Like my trek downtown to get the double White Album, I did the same for Two Virgins. I called Capitol Records and found out the delivery date, and I called that same day to find out when the truck was leaving for Sam’s. There I was again, within a week, in the alley watching the truck pull up and unload the box. I knew that John and Yoko were naked on the cover. I knew that the album featured their all-night recording session, which had culminated in their making love for the first time at dawn. The box was carried into the store and put on the floor. It was opened with the usual sight of me peering over the shoulder of one of Sam’s employee. I saw the cover for the first time. WOW! I got the first album and raced to the cash register, too excited and distracted to be bothered by the sound of the police confiscating the rest of the albums.

The back cover of a rare copy of the Two Virgins album. I was one of the first in North America to buy this album before it was confiscated by the police at customs. It surprised John that I had it.


Immediately upon its release, controversy ensued. Capitol Records and EMI would not distribute it. Instead, John managed to get a small label in the States, Tetragrammaton Records, to sign on. Labeled pornographic throughout the UK and North America, police and customs authorities were grabbing copies as soon as they arrived. I managed to get one of the first copies before they were taken off the market. Sometime later, the two virgins were covered in brown paper with only their faces showing through a cutout.

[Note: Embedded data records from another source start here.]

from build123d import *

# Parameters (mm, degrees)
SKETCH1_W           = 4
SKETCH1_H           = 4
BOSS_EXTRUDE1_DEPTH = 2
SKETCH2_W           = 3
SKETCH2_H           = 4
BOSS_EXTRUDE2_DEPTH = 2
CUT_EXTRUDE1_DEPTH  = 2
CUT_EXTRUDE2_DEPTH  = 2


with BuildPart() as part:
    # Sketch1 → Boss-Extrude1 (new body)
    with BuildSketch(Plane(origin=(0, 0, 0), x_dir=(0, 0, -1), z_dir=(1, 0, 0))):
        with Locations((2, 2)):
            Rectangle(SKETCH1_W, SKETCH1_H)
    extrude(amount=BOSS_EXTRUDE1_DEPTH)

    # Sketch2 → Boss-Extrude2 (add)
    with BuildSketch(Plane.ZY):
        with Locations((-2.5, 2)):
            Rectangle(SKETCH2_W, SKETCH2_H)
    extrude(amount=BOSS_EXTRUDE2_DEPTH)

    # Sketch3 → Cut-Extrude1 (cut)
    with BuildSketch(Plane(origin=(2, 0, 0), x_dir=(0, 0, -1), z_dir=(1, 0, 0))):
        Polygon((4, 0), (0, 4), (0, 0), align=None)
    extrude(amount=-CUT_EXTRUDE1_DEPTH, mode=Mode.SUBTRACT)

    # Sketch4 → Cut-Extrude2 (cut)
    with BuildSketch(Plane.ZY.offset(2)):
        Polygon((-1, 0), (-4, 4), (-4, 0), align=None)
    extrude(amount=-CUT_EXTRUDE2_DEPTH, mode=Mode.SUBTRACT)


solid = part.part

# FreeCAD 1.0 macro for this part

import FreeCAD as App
import Part
import Sketcher
Q = App.Units.Quantity

doc = App.newDocument("Part")
body = doc.addObject("PartDesign::Body", "Body")

sketch1 = doc.addObject("Sketcher::SketchObject", "Sketch")
body.addObject(sketch1)
sketch1.AttachmentSupport = (doc.YZ_Plane, [""])
sketch1.MapMode = "FlatFace"
sketch1.addGeometry([
    Part.LineSegment(App.Vector(4, 0, 0), App.Vector(0, 0, 0)),
    Part.LineSegment(App.Vector(0, 0, 0), App.Vector(0, -4, 0)),
    Part.LineSegment(App.Vector(0, -4, 0), App.Vector(4, -4, 0)),
    Part.LineSegment(App.Vector(4, -4, 0), App.Vector(4, 0, 0)),
], False)
sketch1.addConstraint([
    Sketcher.Constraint("Coincident", 0, 2, 1, 1),
    Sketcher.Constraint("Coincident", 1, 2, 2, 1),
    Sketcher.Constraint("Coincident", 2, 2, 3, 1),
    Sketcher.Constraint("Coincident", 3, 2, 0, 1),
    Sketcher.Constraint("Horizontal", 0),
    Sketcher.Constraint("Vertical", 1),
    Sketcher.Constraint("Horizontal", 2),
    Sketcher.Constraint("Vertical", 3),
    Sketcher.Constraint("Coincident", 0, 2, -1, 1),
    Sketcher.Constraint("Equal", 2, 1),
    Sketcher.Constraint("DistanceX", 0, 2, 0, 1, Q("4 mm")),
])
pad1 = doc.addObject("PartDesign::Pad", "Pad")
body.addObject(pad1)
pad1.Profile = sketch1
pad1.Length = 2

sketch2 = doc.addObject("Sketcher::SketchObject", "Sketch001")
body.addObject(sketch2)
sketch2.AttachmentSupport = (doc.YZ_Plane, [""])
sketch2.MapMode = "FlatFace"
sketch2.addGeometry([
    Part.LineSegment(App.Vector(4, -4, 0), App.Vector(0, -4, 0)),
    Part.LineSegment(App.Vector(0, -4, 0), App.Vector(0, -1, 0)),
    Part.LineSegment(App.Vector(0, -1, 0), App.Vector(4, -1, 0)),
    Part.LineSegment(App.Vector(4, -1, 0), App.Vector(4, -4, 0)),
], False)
sketch2.addConstraint([
    Sketcher.Constraint("Coincident", 0, 2, 1, 1),
    Sketcher.Constraint("Coincident", 1, 2, 2, 1),
    Sketcher.Constraint("Coincident", 2, 2, 3, 1),
    Sketcher.Constraint("Coincident", 3, 2, 0, 1),
    Sketcher.Constraint("Horizontal", 0),
    Sketcher.Constraint("Vertical", 1),
    Sketcher.Constraint("Horizontal", 2),
    Sketcher.Constraint("Vertical", 3),
    Sketcher.Constraint("PointOnObject", 0, 2, -2),
    Sketcher.Constraint("DistanceX", 0, 2, 0, 1, Q("4 mm")),
    Sketcher.Constraint("DistanceY", 1, 1, 1, 2, Q("3 mm")),
    Sketcher.Constraint("DistanceY", 0, 2, -1, 1, Q("4 mm")),
])
pad2 = doc.addObject("PartDesign::Pad", "Pad001")
body.addObject(pad2)
pad2.Profile = sketch2
pad2.Length = 2
pad2.Reversed = True

sketch3 = doc.addObject("Sketcher::SketchObject", "Sketch002")
body.addObject(sketch3)
sketch3.AttachmentSupport = (doc.YZ_Plane, [""])
sketch3.MapMode = "FlatFace"
sketch3.AttachmentOffset = App.Placement(App.Vector(0, 0, 2), App.Rotation())
sketch3.addGeometry([
    Part.LineSegment(App.Vector(0, -4, 0), App.Vector(4, 0, 0)),
    Part.LineSegment(App.Vector(4, 0, 0), App.Vector(0, 0, 0)),
    Part.LineSegment(App.Vector(0, 0, 0), App.Vector(0, -4, 0)),
], False)
sketch3.addConstraint([
    Sketcher.Constraint("Coincident", 0, 2, 1, 1),
    Sketcher.Constraint("Coincident", 1, 2, 2, 1),
    Sketcher.Constraint("Coincident", 2, 2, 0, 1),
    Sketcher.Constraint("Horizontal", 1),
    Sketcher.Constraint("Vertical", 2),
    Sketcher.Constraint("Coincident", 1, 2, -1, 1),
    Sketcher.Constraint("Equal", 1, 2),
    Sketcher.Constraint("DistanceX", 1, 2, 1, 1, Q("4 mm")),
])
pocket1 = doc.addObject("PartDesign::Pocket", "Pocket")
body.addObject(pocket1)
pocket1.Profile = sketch3
pocket1.Length = 2

sketch4 = doc.addObject("Sketcher::SketchObject", "Sketch003")
body.addObject(sketch4)
sketch4.AttachmentSupport = (doc.YZ_Plane, [""])
sketch4.MapMode = "FlatFace"
sketch4.AttachmentOffset = App.Placement(App.Vector(0, 0, -2), App.Rotation())
sketch4.addGeometry([
    Part.LineSegment(App.Vector(0, -1, 0), App.Vector(4, -4, 0)),
    Part.LineSegment(App.Vector(4, -4, 0), App.Vector(0, -4, 0)),
    Part.LineSegment(App.Vector(0, -4, 0), App.Vector(0, -1, 0)),
], False)
sketch4.addConstraint([
    Sketcher.Constraint("Coincident", 0, 2, 1, 1),
    Sketcher.Constraint("Coincident", 1, 2, 2, 1),
    Sketcher.Constraint("Coincident", 2, 2, 0, 1),
    Sketcher.Constraint("Horizontal", 1),
    Sketcher.Constraint("Vertical", 2),
    Sketcher.Constraint("PointOnObject", 1, 2, -2),
    Sketcher.Constraint("DistanceX", 1, 2, 1, 1, Q("4 mm")),
    Sketcher.Constraint("DistanceY", 2, 1, 2, 2, Q("3 mm")),
    Sketcher.Constraint("DistanceY", 0, 2, -1, 1, Q("4 mm")),
])
pocket2 = doc.addObject("PartDesign::Pocket", "Pocket001")
body.addObject(pocket2)
pocket2.Profile = sketch4
pocket2.Length = 2
pocket2.Reversed = True

doc.recompute()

I now had two major releases to be enthralled with and they were as divergent as could be. Two Virgins made clear to me what was going on with John and Yoko. It was a romp of experimentation, fun, tenderness, and insanity. Everyone I knew hated it. Not me. It did not take long for this album too to get dirty. In fact it was easier because the cover was absorbent white paper whereas the double White Album was glossy. I walked around with—and played—this album constantly.

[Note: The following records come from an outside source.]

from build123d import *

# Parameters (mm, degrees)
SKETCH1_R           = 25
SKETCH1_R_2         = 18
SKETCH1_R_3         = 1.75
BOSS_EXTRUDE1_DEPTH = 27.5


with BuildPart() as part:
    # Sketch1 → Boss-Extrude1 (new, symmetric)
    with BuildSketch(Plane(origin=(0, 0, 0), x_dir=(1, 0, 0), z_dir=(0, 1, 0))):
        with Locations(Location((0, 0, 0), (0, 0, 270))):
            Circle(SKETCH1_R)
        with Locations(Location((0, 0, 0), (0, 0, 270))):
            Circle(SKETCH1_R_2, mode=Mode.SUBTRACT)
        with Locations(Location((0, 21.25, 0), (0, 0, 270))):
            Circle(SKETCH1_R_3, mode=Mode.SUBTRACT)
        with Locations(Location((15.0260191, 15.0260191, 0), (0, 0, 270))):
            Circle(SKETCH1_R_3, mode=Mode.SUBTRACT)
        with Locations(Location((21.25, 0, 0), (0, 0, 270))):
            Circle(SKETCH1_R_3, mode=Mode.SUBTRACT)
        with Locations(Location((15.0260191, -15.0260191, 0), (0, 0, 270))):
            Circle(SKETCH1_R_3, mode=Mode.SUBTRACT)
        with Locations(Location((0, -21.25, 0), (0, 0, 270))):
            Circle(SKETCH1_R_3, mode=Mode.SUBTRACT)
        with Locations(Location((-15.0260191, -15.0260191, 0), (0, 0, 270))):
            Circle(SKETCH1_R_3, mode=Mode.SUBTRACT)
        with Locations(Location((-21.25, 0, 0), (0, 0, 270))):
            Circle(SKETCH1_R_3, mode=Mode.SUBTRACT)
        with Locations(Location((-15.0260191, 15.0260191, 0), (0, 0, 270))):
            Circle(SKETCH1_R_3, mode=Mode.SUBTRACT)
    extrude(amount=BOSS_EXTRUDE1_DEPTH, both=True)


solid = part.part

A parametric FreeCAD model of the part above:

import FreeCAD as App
import Part
import Sketcher

V = App.Vector
Q = App.Units.Quantity

doc = App.newDocument("Part")
body = doc.addObject("PartDesign::Body", "Body")

# Sketch on XZ plane
sketch1 = body.newObject("Sketcher::SketchObject", "Sketch")
sketch1.AttachmentSupport = (doc.getObject("XZ_Plane"), [""])
sketch1.MapMode = "FlatFace"
sketch1.addGeometry([
    Part.Circle(V(0, 0, 0), V(0, 0, 1), 25),  # 0
    Part.Circle(V(-15, -15, 0), V(0, 0, 1), 1.8),  # 1
    Part.Circle(V(0, -21.2, 0), V(0, 0, 1), 1.8),  # 2
    Part.Circle(V(-21.2, 0, 0), V(0, 0, 1), 1.8),  # 3
    Part.Circle(V(-15, 15, 0), V(0, 0, 1), 1.8),  # 4
    Part.Circle(V(15, -15, 0), V(0, 0, 1), 1.8),  # 5
    Part.Circle(V(21.2, 0, 0), V(0, 0, 1), 1.8),  # 6
    Part.Circle(V(0, 0, 0), V(0, 0, 1), 18),  # 7
    Part.Circle(V(0, 21.2, 0), V(0, 0, 1), 1.8),  # 8
    Part.Circle(V(15, 15, 0), V(0, 0, 1), 1.8),  # 9
], False)
sketch1.addConstraint([
    Sketcher.Constraint("Coincident", 0, 3, -1, 1),
    Sketcher.Constraint("Coincident", 7, 3, -1, 1),
    Sketcher.Constraint("Equal", 1, 2),
    Sketcher.Constraint("Equal", 2, 3),
    Sketcher.Constraint("Equal", 3, 4),
    Sketcher.Constraint("Equal", 4, 5),
    Sketcher.Constraint("Equal", 5, 6),
    Sketcher.Constraint("Equal", 6, 8),
    Sketcher.Constraint("Equal", 8, 9),
    Sketcher.Constraint("Symmetric", 4, 3, 5, 3, -1, 1),
    Sketcher.Constraint("Symmetric", 3, 3, 6, 3, -1, 1),
    Sketcher.Constraint("Symmetric", 2, 3, 8, 3, -1, 1),
    Sketcher.Constraint("Symmetric", 1, 3, 9, 3, -1, 1),
    Sketcher.Constraint("Symmetric", 1, 3, 5, 3, -2),
    Sketcher.Constraint("PointOnObject", 2, 3, -2),
    Sketcher.Constraint("PointOnObject", 3, 3, -1),
    Sketcher.Constraint("Diameter", 0, Q("50 mm")),
    Sketcher.Constraint("Diameter", 7, Q("36 mm")),
    Sketcher.Constraint("Diameter", 1, Q("3.5 mm")),
    Sketcher.Constraint("DistanceY", 2, 3, -1, 1, Q("21.25 mm")),
    Sketcher.Constraint("DistanceX", 3, 3, -1, 1, Q("21.25 mm")),
    Sketcher.Constraint("DistanceX", 1, 3, -1, 1, Q("15.026019 mm")),
    Sketcher.Constraint("DistanceY", 1, 3, -1, 1, Q("15.026019 mm")),
])
pad1 = body.newObject("PartDesign::Pad", "Pad")
pad1.Profile = sketch1
pad1.Length = 55
pad1.Midplane = True

doc.recompute()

I lost myself in the music the way I lost myself in many of the heroes I idolized at the time, who included great actors like Richard Burton, Peter Sellers, Peter O’Toole, and Marlon Brando. Each of my heroes projected strong and daring personas that I tried to emulate. But there were three specifically that I worshipped above all others. Canadian prime minister Pierre Trudeau was brilliant, principled, and contrary. He showed young people the different cultures of the world and the promise each of us had to fulfill. Jerry Lewis was the opposite: outlandish, desperate, and gutsy. But of course, no one could touch the Beatles, and especially John.

In the late summer of 1968, I was watching a promo for the upcoming Jerry Lewis Muscular Dystrophy Telethon. So captivated was I by that in-your-face funny man that my parents sometimes had to stop me from watching television because I would get an asthma attack from laughing so hard. The telethon was coming up that Labor Day. I had a brainstorm. I called New York City information and asked for the Americana Hotel where the show was broadcast from in those days. I asked for the Muscular Dystrophy Association’s pressroom. I was instantly connected, and amidst the sound of typing and talking, a man with a thick accent answered, “Moose Delgado here.” I put on my deepest voice and said, “Hi. I’m from Canadian News and want to cover the telethon for Canada.” “What’s your name?” he asked abruptly. “There’ll be a press pass for you at the front desk.”

I booked a flight with American Airlines with the money I had saved, and on the afternoon of the telethon I matter-of-factly told my parents that I was going to New York to see Jerry Lewis. A taxi pulled into our driveway and beeped.